Restoration procedure:
If restoring on another machine, download and uncompress the DSS software on the new machine
Restore the backup files
mkdir new_datadir_location; tar -zxvpf your_backup.tar.gz
Replay the installer in “upgrade” mode: this will “reattach” the restored datadir to the installation directory. It will also, if needed, migrate to the newer DSS version:
INSTALL_DIR/installer.sh -d DATA_DIR -u
If you installed the data dir on a different machine or in a different location, you need to rebuild the Python environment.
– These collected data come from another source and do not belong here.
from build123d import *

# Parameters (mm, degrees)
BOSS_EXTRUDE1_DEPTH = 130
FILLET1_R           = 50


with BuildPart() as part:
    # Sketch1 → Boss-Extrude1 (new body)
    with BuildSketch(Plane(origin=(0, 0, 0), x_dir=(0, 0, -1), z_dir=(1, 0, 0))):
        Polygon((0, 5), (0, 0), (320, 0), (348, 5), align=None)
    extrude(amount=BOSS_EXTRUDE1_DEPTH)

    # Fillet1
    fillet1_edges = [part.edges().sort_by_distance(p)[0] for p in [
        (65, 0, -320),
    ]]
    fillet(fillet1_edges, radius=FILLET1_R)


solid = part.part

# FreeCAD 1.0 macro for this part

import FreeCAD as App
import Part
import Sketcher
from FreeCAD import Vector
Q = App.Units.Quantity


def edges_at(feature, points):
    """Names of the edges that pass closest to the given points."""
    edges = feature.Shape.Edges
    near = lambda p: min(range(len(edges)), key=lambda i: edges[i].distToShape(Part.Vertex(*p))[0])
    return sorted({f"Edge{near(p) + 1}" for p in points})

doc = App.newDocument("Part")
body = doc.addObject("PartDesign::Body", "Body")

sketch1 = body.newObject("Sketcher::SketchObject", "Sketch")
sketch1.AttachmentSupport = (doc.getObject("YZ_Plane"), [""])
sketch1.MapMode = "FlatFace"
sketch1.addGeometry(Part.LineSegment(Vector(5, 0, 0), Vector(0, 0, 0)), False)
sketch1.addGeometry(Part.LineSegment(Vector(0, 0, 0), Vector(0, -320, 0)), False)
sketch1.addGeometry(Part.LineSegment(Vector(0, -320, 0), Vector(5, -348, 0)), False)
sketch1.addGeometry(Part.LineSegment(Vector(5, -348, 0), Vector(5, 0, 0)), False)
sketch1.addConstraint(Sketcher.Constraint("Coincident", 0, 2, 1, 1))
sketch1.addConstraint(Sketcher.Constraint("Coincident", 1, 2, 2, 1))
sketch1.addConstraint(Sketcher.Constraint("Coincident", 2, 2, 3, 1))
sketch1.addConstraint(Sketcher.Constraint("Coincident", 3, 2, 0, 1))
sketch1.addConstraint(Sketcher.Constraint("Horizontal", 0))
sketch1.addConstraint(Sketcher.Constraint("Vertical", 1))
sketch1.addConstraint(Sketcher.Constraint("Vertical", 3))
sketch1.addConstraint(Sketcher.Constraint("Coincident", 0, 2, -1, 1))
sketch1.addConstraint(Sketcher.Constraint("DistanceX", 0, 2, 0, 1, Q("5 mm")))
sketch1.addConstraint(Sketcher.Constraint("DistanceY", 1, 2, 1, 1, Q("320 mm")))
sketch1.addConstraint(Sketcher.Constraint("DistanceY", 3, 1, 3, 2, Q("348 mm")))
pad1 = body.newObject("PartDesign::Pad", "Pad")
pad1.Profile = sketch1
pad1.Length = 130
doc.recompute()

fillet = body.newObject("PartDesign::Fillet", "Fillet")
fillet.Base = (pad1, edges_at(pad1, [(65, 0, -320)]))
fillet.Radius = 50

doc.recompute()
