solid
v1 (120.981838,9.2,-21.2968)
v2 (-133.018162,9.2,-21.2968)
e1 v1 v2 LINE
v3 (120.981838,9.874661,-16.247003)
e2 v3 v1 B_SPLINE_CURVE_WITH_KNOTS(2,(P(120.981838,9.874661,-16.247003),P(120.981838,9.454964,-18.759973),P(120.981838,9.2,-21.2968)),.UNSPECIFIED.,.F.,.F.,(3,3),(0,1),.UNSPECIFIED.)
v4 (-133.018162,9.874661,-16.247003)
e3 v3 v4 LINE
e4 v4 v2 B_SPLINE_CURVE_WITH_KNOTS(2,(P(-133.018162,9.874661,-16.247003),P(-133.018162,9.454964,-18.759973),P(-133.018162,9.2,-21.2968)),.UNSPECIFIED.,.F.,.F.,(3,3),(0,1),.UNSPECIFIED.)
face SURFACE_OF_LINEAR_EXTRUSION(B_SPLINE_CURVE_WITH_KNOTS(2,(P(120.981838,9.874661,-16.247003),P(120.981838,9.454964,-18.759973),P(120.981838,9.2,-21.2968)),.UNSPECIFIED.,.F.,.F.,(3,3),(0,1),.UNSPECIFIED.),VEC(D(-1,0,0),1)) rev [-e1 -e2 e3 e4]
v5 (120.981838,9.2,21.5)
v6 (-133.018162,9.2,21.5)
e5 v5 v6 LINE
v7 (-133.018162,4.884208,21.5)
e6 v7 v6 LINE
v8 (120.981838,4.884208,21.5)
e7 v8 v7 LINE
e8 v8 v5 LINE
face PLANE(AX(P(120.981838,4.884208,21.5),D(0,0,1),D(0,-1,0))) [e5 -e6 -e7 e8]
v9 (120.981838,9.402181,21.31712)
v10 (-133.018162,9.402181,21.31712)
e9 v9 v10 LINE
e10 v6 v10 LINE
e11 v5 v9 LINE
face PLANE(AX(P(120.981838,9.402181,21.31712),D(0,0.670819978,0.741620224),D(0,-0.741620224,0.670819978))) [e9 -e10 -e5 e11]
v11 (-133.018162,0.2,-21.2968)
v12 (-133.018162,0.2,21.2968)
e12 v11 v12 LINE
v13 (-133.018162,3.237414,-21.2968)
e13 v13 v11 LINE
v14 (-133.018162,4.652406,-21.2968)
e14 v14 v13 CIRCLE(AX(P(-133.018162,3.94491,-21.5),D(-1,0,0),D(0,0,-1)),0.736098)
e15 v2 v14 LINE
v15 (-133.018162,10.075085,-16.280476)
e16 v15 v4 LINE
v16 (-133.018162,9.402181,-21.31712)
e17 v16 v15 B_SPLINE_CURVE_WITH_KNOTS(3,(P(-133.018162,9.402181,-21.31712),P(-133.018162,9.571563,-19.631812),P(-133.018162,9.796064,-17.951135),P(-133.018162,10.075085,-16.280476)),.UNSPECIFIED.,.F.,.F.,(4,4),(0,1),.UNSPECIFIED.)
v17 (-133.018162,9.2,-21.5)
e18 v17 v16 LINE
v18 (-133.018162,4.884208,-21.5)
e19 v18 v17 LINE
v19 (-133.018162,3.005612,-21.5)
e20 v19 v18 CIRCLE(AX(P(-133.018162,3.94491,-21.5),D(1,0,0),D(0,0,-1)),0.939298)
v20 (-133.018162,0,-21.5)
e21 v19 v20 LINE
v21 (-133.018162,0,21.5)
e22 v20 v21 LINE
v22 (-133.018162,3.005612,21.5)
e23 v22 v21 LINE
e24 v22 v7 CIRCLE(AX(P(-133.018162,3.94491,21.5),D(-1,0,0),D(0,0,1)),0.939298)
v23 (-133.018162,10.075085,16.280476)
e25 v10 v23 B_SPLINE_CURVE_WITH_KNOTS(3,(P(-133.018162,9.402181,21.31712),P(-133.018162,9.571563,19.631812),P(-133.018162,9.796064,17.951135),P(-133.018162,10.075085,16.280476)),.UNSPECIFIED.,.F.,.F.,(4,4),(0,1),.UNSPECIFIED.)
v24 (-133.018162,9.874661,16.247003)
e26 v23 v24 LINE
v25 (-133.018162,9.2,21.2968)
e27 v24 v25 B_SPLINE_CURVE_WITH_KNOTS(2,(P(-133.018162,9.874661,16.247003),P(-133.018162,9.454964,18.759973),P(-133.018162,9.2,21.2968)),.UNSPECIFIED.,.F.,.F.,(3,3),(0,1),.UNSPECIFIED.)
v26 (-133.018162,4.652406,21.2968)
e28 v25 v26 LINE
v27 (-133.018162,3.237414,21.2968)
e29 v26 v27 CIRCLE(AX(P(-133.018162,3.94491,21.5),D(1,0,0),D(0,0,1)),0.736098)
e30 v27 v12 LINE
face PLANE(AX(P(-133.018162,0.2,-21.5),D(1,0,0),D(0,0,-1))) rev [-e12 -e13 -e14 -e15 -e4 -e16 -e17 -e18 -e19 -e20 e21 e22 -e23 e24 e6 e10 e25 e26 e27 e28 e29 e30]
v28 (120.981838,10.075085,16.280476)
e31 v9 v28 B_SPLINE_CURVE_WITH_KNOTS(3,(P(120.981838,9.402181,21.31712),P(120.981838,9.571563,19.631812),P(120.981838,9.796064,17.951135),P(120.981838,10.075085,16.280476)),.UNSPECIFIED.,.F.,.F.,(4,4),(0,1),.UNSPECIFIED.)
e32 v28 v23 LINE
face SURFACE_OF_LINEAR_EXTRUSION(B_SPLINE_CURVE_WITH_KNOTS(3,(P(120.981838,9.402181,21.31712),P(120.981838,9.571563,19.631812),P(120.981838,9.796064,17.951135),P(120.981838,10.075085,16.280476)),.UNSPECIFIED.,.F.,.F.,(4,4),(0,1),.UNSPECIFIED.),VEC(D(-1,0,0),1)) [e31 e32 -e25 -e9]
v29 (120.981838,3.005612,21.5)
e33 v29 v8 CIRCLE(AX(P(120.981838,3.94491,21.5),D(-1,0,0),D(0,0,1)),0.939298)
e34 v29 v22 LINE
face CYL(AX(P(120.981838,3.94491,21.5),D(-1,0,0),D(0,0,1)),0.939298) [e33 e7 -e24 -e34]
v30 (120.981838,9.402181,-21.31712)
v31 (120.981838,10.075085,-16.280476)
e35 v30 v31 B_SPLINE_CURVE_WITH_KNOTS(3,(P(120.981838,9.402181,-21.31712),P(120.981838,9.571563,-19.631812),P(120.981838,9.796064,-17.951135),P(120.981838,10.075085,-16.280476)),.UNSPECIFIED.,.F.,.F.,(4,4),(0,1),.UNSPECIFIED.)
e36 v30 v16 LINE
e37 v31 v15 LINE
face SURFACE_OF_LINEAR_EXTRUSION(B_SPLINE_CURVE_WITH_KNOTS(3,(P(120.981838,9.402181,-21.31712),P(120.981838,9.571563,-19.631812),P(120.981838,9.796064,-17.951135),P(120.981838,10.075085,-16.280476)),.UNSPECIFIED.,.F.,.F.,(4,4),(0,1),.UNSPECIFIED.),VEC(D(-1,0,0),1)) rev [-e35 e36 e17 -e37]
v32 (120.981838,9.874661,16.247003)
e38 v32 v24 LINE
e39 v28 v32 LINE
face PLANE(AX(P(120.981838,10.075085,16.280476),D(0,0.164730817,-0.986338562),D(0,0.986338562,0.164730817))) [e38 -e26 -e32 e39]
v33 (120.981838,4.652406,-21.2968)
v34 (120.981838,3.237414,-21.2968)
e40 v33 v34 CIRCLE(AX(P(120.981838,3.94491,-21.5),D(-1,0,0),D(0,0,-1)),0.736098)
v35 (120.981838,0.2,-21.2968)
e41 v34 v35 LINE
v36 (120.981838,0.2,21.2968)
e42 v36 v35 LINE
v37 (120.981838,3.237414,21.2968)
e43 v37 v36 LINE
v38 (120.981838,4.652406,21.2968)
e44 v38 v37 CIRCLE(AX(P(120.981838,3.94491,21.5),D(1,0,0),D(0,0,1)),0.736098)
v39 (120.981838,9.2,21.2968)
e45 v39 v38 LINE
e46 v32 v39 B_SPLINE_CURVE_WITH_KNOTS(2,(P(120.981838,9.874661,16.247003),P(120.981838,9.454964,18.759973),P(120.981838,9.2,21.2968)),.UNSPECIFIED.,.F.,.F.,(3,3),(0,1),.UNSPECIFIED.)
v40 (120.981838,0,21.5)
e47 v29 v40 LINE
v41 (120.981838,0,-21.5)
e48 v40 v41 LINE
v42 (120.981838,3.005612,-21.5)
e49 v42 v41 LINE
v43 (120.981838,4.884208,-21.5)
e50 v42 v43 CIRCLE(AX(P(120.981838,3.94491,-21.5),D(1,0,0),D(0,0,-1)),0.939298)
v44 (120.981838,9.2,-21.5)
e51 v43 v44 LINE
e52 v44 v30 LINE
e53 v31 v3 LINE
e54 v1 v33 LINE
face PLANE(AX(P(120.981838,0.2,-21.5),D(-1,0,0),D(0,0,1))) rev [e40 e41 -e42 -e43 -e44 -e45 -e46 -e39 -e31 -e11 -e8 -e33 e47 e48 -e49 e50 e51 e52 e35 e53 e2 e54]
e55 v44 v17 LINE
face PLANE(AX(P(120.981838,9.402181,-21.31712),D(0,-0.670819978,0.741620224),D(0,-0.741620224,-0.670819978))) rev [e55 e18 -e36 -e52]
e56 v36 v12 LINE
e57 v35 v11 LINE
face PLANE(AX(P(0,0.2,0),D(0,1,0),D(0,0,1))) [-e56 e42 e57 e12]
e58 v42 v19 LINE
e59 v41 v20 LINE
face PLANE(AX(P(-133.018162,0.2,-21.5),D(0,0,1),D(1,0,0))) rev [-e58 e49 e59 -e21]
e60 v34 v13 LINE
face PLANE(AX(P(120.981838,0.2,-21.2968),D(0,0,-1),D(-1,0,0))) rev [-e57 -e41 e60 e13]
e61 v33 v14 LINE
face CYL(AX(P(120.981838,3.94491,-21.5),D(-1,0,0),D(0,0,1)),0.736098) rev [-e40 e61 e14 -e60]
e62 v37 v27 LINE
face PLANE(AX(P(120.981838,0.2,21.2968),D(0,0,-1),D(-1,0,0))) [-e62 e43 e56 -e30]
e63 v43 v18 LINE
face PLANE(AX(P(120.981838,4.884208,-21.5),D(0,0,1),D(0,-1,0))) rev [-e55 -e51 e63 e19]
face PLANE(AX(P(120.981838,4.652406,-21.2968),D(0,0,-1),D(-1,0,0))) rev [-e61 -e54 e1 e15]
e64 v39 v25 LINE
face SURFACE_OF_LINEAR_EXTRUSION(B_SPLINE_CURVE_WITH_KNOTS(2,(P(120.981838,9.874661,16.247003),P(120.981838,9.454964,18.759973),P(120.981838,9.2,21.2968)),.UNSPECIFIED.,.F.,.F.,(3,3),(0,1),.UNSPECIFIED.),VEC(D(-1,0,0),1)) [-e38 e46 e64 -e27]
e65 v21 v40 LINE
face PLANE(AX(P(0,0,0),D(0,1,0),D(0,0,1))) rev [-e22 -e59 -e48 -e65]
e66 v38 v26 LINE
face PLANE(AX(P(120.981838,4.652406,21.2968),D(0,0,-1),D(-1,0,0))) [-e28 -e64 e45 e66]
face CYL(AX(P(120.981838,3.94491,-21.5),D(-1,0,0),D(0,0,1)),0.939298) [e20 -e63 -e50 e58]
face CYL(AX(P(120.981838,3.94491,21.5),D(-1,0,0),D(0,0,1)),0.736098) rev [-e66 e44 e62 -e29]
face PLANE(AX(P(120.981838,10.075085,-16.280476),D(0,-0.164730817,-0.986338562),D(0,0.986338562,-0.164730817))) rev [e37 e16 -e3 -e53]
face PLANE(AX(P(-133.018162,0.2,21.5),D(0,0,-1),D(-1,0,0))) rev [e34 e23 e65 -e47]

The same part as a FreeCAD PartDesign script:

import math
import FreeCAD as App
import Part
import Sketcher
from FreeCAD import Vector
Q = App.Units.Quantity


def add_polygon(sketch, points):
    """Adds a closed chain of lines whose ends are joined by coincident constraints."""
    first, n = sketch.GeometryCount, len(points)
    for a, b in zip(points, points[1:] + points[:1]):
        sketch.addGeometry(Part.LineSegment(App.Vector(*a, 0), App.Vector(*b, 0)), False)
    for i in range(n):
        sketch.addConstraint(Sketcher.Constraint("Coincident", first + i, 2, first + (i + 1) % n, 1))

doc = App.newDocument("Part")
params = doc.addObject("Spreadsheet::Sheet", "Params")
for row, (alias, value) in enumerate([
    ("sketch1_width", "254 mm"),
    ("sketch1_height", "43 mm"),
    ("pad1_length", "0.2 mm"),
    ("pad2_length", "254 mm"),
], start=1):
    params.set(f"A{row}", alias)
    params.set(f"B{row}", "=" + value)
    params.setAlias(f"B{row}", alias)

body = doc.addObject("PartDesign::Body", "Body")

sketch1 = body.newObject("Sketcher::SketchObject", "Sketch")
sketch1.AttachmentSupport = (doc.getObject("XZ_Plane"), [""])
sketch1.MapMode = "FlatFace"
add_polygon(sketch1, [(-133, -22), (-133, 22), (121, 22), (121, -22)])
sketch1.addConstraint([
    Sketcher.Constraint("Vertical", 0),
    Sketcher.Constraint("Horizontal", 1),
    Sketcher.Constraint("Vertical", 2),
    Sketcher.Constraint("Horizontal", 3),
    Sketcher.Constraint("DistanceX", 1, 1, 1, 2, Q("254 mm")),
    Sketcher.Constraint("DistanceY", 0, 1, 0, 2, Q("43 mm")),
    Sketcher.Constraint("DistanceY", -1, 1, 0, 2, Q("21.5 mm")),
    Sketcher.Constraint("DistanceX", 0, 2, -1, 1, Q("133.018162 mm")),
])
sketch1.setExpression("Constraints[8]", "Params.sketch1_width")
sketch1.setExpression("Constraints[9]", "Params.sketch1_height")
pad1 = body.newObject("PartDesign::Pad", "Pad")
pad1.Profile = sketch1
pad1.setExpression("Length", "Params.pad1_length")
pad1.Reversed = True

sketch2 = body.newObject("Sketcher::SketchObject", "Sketch001")
sketch2.AttachmentSupport = (doc.getObject("YZ_Plane"), [""])
sketch2.MapMode = "FlatFace"
sketch2.AttachmentOffset = App.Placement(Vector(0, 0, -133.018162), App.Rotation())
sketch2.addGeometry([
    Part.LineSegment(Vector(0.2, -21.5, 0), Vector(3.005612, -21.5, 0)),
    Part.ArcOfCircle(Part.Circle(Vector(3.94491, -21.5, 0), Vector(0, 0, 1), 0.939298), math.radians(180), math.radians(360)),
    Part.LineSegment(Vector(4.884208, -21.5, 0), Vector(9.2, -21.5, 0)),
    Part.LineSegment(Vector(9.2, -21.5, 0), Vector(9.402181, -21.31712, 0)),
    Part.BSplineCurve([Vector(9.402181, -21.31712, 0), Vector(9.571563, -19.631812, 0), Vector(9.796064, -17.951135, 0), Vector(10.075085, -16.280476, 0)], [4, 4], [0, 1], False, 3, [1, 1, 1, 1], False),
    Part.LineSegment(Vector(10.075085, -16.280476, 0), Vector(9.874661, -16.247003, 0)),
    Part.BSplineCurve([Vector(9.2, -21.2968, 0), Vector(9.454964, -18.759973, 0), Vector(9.874661, -16.247003, 0)], [3, 3], [0, 1], False, 2, [1, 1, 1], False),
    Part.LineSegment(Vector(9.2, -21.2968, 0), Vector(4.652406, -21.2968, 0)),
    Part.ArcOfCircle(Part.Circle(Vector(3.94491, -21.5, 0), Vector(0, 0, 1), 0.736098), math.radians(163.975392), math.radians(376.024608)),
    Part.LineSegment(Vector(3.237414, -21.2968, 0), Vector(0.2, -21.2968, 0)),
    Part.LineSegment(Vector(0.2, -21.2968, 0), Vector(0.2, -21.5, 0)),
], False)
sketch2.addConstraint([
    Sketcher.Constraint("Block", 4),
    Sketcher.Constraint("Block", 6),
    Sketcher.Constraint("Coincident", 0, 2, 1, 1),
    Sketcher.Constraint("Coincident", 1, 2, 2, 1),
    Sketcher.Constraint("Coincident", 2, 2, 3, 1),
    Sketcher.Constraint("Coincident", 3, 2, 4, 1),
    Sketcher.Constraint("Coincident", 4, 2, 5, 1),
    Sketcher.Constraint("Coincident", 5, 2, 6, 2),
    Sketcher.Constraint("Coincident", 6, 1, 7, 1),
    Sketcher.Constraint("Coincident", 7, 2, 8, 2),
    Sketcher.Constraint("Coincident", 8, 1, 9, 1),
    Sketcher.Constraint("Coincident", 9, 2, 10, 1),
    Sketcher.Constraint("Coincident", 10, 2, 0, 1),
    Sketcher.Constraint("Horizontal", 0),
    Sketcher.Constraint("Horizontal", 2),
    Sketcher.Constraint("Horizontal", 7),
    Sketcher.Constraint("Horizontal", 9),
    Sketcher.Constraint("Vertical", 10),
    Sketcher.Constraint("Coincident", 8, 3, 1, 3),
    Sketcher.Constraint("Horizontal", 8, 3, 0, 2),
    Sketcher.Constraint("Horizontal", 0, 2, 1, 2),
    Sketcher.Constraint("Horizontal", 7, 2, 8, 1),
    Sketcher.Constraint("DistanceY", 1, 3, -1, 1, Q("21.5 mm")),
    Sketcher.Constraint("DistanceX", -1, 1, 2, 2, Q("9.2 mm")),
    Sketcher.Constraint("DistanceX", -1, 1, 9, 2, Q("0.2 mm")),
    Sketcher.Constraint("Radius", 1, Q("0.939298 mm")),
    Sketcher.Constraint("Radius", 8, Q("0.736098 mm")),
See the “Migrating the data directory section” of our documentation on migrations
Replay the various “integration” setup scripts:
Running An Automatic Backup¶
Here is an example shell script that you can run periodically within a cron task.
#!/bin/bash
#Purpose = Backup of DATA_DIR directory
#START
/path/to/DATA_DIR/bin/dss stop
export GZIP=-9
TIME=`date +"%Y-%m-%d"`
SRCDIR="/path/to/DATA_DIR"
DESDIR="/home/backups"
tar -cpzf $DESDIR/backup-dss-data-$TIME.tar.gz $SRCDIR
/path/to/DATA_DIR/bin/dss start
#Optionally remove old backups
OLD=`date -d "4 days ago" +"%Y-%m-%d"`
rm -f $DESDIR/backup-dss-data-$OLD.tar.gz
#END
Save this script in a file “backupscript.sh” and set a cron task like the following one (running from Monday to Friday at 6:15am):
15 6 * * 1-5 /path/to/backupscript.sh
What Can Be Excluded From The Backup¶
Temporary / Cache data¶
The data directory contains some folders which can safely be excluded from the backup because they only contain temporary data which can be rebuilt:
tmp
caches
data-catalog
Logs¶
In addition, the following folders only contain log data, which you might want to exclude from backup:
run
jobs
scenarios
diagnosis
Other ignorable data¶
The following folders contain data which you might consider excluding:
exports (contains the data exports made by users)
prepared_bundles (contains automation bundles already exported)
apinode-packages (contains apinode packages already exported)
Data¶
The following folders contain data built by DSS. This data can generally be rebuilt, but caution should be exercised when choosing whether to backup these folders:
managed_datasets
analysis_data
saved_models
Datasets stored outside of DATA_DIR aren’t affected by a DSS upgrade: they will still be available after the upgrade.
Govern database¶
Most of the Govern configuration and all items managed by Govern are stored in a dedicated PostgreSQL database. This includes, but is not limited to:
governable items: business initiatives, projects, models, model versions and any other custom item.
blueprints
permissions
custom pages
relationships
user profiles
In addition to the DATA_DIR, for Govern nodes, you must backup the database.